START RECORDS

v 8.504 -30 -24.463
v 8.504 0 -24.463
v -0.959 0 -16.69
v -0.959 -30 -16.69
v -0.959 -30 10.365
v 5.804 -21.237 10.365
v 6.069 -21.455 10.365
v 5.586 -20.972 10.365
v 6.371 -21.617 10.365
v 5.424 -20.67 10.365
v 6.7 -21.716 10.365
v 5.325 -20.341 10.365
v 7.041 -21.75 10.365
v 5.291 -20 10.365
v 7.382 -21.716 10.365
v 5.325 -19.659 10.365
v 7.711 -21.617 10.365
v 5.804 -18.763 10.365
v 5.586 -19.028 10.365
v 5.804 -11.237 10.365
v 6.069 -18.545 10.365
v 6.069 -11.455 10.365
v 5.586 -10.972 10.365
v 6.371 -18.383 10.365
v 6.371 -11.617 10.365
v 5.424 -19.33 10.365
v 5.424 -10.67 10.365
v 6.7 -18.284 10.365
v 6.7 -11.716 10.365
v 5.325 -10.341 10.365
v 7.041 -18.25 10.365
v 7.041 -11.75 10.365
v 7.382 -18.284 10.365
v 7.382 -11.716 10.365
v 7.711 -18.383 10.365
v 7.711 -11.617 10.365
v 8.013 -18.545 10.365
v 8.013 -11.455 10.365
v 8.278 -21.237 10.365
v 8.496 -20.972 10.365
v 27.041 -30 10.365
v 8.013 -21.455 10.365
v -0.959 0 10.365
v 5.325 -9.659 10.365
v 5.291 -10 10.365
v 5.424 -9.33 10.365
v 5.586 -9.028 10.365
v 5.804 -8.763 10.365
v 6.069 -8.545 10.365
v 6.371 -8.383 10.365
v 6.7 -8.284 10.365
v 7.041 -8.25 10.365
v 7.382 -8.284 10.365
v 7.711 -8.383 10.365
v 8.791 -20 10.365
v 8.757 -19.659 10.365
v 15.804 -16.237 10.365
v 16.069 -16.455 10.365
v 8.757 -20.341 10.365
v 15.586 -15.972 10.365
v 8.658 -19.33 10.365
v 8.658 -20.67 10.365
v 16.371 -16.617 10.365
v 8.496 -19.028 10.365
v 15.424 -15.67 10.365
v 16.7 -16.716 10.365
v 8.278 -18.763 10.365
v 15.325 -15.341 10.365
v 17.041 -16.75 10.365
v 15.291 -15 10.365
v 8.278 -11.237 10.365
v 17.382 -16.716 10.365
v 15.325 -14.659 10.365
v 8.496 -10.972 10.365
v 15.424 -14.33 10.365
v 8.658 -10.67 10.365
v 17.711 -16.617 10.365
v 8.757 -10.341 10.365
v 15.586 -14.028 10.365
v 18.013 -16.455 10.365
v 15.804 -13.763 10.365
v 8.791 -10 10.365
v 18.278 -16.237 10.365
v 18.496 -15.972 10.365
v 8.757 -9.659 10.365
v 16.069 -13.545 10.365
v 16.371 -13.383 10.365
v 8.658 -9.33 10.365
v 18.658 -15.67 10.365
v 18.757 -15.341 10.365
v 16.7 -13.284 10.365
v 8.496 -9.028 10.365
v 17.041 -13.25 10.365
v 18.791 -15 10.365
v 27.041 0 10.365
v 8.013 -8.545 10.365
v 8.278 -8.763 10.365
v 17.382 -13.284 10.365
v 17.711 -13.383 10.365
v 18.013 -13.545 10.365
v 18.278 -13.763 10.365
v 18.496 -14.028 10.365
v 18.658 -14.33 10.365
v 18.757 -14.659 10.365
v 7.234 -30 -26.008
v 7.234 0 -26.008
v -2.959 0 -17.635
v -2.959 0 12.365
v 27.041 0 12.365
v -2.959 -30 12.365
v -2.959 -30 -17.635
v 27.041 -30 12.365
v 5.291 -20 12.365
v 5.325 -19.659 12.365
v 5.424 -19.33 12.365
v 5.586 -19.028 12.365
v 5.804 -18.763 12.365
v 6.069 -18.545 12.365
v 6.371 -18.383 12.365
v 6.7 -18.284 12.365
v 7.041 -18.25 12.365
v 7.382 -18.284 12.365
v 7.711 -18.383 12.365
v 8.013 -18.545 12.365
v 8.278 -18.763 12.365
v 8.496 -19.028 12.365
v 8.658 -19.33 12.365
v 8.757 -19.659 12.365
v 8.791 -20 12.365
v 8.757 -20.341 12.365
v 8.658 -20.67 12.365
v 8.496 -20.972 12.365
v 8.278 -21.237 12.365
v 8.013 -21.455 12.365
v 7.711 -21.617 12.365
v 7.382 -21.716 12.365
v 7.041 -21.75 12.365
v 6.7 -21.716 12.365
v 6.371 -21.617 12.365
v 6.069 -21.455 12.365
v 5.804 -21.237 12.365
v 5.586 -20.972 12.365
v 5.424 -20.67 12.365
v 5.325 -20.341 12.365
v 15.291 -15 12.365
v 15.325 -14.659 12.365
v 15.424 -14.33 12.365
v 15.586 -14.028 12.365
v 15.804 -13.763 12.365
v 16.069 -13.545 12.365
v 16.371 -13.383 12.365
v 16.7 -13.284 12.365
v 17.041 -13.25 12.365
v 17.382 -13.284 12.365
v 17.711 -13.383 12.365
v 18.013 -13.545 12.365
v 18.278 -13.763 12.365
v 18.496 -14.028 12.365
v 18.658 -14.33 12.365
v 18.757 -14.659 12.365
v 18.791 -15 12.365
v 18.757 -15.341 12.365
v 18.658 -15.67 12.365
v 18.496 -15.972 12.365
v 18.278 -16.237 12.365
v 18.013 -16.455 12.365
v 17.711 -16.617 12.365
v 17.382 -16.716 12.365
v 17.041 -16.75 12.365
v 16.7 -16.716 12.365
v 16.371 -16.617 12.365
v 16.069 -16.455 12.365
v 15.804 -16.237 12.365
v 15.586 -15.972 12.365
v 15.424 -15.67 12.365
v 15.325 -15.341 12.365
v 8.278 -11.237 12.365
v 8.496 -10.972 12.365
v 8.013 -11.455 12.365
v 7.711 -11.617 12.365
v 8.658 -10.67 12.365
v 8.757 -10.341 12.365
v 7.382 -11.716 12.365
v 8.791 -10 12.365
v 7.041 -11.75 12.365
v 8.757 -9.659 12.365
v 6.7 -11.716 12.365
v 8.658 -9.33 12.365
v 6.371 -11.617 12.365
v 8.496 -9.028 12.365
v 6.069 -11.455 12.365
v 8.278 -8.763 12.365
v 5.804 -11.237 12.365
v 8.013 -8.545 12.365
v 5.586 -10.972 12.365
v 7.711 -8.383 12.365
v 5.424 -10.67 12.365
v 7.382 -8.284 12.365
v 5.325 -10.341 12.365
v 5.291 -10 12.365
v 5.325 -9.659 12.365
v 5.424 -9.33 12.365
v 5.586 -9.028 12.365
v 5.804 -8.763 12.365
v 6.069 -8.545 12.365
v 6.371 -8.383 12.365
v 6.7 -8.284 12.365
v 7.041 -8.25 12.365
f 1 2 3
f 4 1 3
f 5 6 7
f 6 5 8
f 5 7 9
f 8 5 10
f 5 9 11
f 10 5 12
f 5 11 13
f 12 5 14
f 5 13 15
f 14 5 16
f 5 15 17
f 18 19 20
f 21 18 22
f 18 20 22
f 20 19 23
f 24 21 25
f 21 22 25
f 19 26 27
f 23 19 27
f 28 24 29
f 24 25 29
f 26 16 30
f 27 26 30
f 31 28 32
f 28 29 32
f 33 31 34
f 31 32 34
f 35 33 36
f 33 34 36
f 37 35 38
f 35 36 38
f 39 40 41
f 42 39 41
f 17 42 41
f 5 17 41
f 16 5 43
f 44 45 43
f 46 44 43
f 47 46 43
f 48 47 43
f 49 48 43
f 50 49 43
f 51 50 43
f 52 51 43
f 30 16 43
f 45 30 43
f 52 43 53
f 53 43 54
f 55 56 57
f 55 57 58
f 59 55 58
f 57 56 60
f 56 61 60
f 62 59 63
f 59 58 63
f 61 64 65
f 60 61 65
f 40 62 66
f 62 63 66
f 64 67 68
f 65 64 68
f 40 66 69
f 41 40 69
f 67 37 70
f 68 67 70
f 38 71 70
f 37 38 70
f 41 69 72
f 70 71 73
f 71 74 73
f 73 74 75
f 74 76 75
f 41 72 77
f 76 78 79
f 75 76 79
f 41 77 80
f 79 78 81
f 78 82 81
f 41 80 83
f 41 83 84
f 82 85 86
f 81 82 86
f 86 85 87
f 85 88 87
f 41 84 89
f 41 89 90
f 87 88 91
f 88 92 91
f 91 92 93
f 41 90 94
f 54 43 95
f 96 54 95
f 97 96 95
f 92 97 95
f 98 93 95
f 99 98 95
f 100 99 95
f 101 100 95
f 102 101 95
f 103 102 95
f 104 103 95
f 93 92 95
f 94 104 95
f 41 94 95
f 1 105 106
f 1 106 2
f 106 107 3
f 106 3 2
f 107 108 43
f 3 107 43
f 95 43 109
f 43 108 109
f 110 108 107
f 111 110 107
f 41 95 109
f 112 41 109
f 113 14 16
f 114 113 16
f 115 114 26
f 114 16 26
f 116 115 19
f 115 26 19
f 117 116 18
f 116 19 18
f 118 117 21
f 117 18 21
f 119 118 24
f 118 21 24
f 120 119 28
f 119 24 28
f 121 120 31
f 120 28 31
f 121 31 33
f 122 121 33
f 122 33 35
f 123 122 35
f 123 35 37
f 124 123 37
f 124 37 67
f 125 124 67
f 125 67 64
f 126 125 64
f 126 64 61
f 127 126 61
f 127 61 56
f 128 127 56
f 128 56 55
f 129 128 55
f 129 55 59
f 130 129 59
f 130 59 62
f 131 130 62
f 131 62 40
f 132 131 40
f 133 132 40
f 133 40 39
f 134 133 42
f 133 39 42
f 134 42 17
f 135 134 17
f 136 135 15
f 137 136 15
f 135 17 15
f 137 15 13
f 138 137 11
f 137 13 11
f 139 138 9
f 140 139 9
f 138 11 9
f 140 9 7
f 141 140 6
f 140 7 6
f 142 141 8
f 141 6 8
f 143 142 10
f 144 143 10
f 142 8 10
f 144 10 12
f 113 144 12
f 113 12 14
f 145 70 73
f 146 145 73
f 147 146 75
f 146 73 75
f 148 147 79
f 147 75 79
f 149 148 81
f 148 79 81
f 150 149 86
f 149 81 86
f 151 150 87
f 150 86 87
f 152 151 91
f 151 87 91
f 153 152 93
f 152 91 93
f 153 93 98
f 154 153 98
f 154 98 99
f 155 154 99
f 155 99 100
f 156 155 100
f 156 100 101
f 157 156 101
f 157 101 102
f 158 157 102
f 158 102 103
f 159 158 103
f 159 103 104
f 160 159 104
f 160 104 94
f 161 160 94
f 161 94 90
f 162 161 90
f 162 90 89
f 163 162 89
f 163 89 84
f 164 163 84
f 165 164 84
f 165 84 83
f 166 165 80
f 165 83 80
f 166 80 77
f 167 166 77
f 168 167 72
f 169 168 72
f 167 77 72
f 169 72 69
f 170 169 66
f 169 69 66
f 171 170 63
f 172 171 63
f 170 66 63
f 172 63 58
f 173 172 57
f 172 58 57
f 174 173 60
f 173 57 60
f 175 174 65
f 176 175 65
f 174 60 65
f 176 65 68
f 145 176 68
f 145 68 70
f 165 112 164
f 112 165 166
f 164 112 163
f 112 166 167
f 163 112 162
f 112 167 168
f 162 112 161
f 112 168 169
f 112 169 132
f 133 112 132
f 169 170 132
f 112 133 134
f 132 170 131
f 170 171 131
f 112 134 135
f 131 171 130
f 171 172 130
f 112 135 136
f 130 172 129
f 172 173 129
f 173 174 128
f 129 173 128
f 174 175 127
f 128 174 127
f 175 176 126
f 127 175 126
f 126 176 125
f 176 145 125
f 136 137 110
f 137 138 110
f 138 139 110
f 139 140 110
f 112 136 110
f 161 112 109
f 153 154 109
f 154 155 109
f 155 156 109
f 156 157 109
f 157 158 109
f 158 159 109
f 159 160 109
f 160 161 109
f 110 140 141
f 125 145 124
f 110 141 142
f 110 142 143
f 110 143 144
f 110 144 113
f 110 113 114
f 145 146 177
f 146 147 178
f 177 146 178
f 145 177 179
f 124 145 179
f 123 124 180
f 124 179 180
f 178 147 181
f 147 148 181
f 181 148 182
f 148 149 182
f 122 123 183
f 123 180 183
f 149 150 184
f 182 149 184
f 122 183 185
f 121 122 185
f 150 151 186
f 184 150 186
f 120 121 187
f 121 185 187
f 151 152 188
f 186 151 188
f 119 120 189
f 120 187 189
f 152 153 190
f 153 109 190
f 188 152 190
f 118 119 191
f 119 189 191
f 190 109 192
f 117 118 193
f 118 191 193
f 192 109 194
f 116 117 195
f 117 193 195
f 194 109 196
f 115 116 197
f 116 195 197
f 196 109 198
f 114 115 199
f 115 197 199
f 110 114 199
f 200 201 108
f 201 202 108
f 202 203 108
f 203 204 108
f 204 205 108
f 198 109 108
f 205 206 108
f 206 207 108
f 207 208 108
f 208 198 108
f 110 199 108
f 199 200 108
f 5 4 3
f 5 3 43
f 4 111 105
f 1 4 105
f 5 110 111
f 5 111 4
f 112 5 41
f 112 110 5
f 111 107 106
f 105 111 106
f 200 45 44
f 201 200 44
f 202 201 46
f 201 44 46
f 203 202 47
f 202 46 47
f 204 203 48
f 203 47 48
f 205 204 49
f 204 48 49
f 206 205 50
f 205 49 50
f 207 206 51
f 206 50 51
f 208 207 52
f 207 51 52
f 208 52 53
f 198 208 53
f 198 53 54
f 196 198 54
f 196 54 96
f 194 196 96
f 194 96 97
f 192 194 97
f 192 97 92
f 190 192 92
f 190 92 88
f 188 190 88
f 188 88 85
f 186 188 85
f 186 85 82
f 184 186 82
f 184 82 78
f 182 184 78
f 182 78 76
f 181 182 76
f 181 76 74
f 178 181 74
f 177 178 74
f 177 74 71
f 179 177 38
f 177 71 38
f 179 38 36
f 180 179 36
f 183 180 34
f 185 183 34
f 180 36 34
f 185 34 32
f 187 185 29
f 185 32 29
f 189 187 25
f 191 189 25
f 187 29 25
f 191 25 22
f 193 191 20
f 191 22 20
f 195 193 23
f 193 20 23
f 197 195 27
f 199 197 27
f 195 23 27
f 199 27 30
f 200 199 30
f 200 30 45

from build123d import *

# Parameters (mm, degrees)
F1_DEPTH = 30
F3_D     = 3.5
F3_DEPTH = 5


with BuildPart() as f1:
    # F0 (on Front) → F1 (new body)
    with BuildSketch(Plane.XZ):
        Polygon((27.040993, 12.364779), (-2.959007, 12.364779), (-2.959007, -17.635221), (7.234091, -26.008121), (8.50357, -24.462669), (-0.959007, -16.689839), (-0.959007, 10.364779), (27.040993, 10.364779), align=None)
    extrude(amount=F1_DEPTH)

    # F3
    with Locations(Plane.XY.offset(12.364779)):
        with Locations((7.040993, -10), (17.040993, -15), (7.040993, -20)):
            Hole(F3_D / 2, depth=F3_DEPTH)


solid = f1.part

END RECORDS

TASK OBJECTIVE
After locating the line holding "f 136 135 15" above, output exactly that line and every line after it through the line holding "f 156 155 100". Include nothing else.

TASK RESPONSE
f 136 135 15
f 137 136 15
f 135 17 15
f 137 15 13
f 138 137 11
f 137 13 11
f 139 138 9
f 140 139 9
f 138 11 9
f 140 9 7
f 141 140 6
f 140 7 6
f 142 141 8
f 141 6 8
f 143 142 10
f 144 143 10
f 142 8 10
f 144 10 12
f 113 144 12
f 113 12 14
f 145 70 73
f 146 145 73
f 147 146 75
f 146 73 75
f 148 147 79
f 147 75 79
f 149 148 81
f 148 79 81
f 150 149 86
f 149 81 86
f 151 150 87
f 150 86 87
f 152 151 91
f 151 87 91
f 153 152 93
f 152 91 93
f 153 93 98
f 154 153 98
f 154 98 99
f 155 154 99
f 155 99 100
f 156 155 100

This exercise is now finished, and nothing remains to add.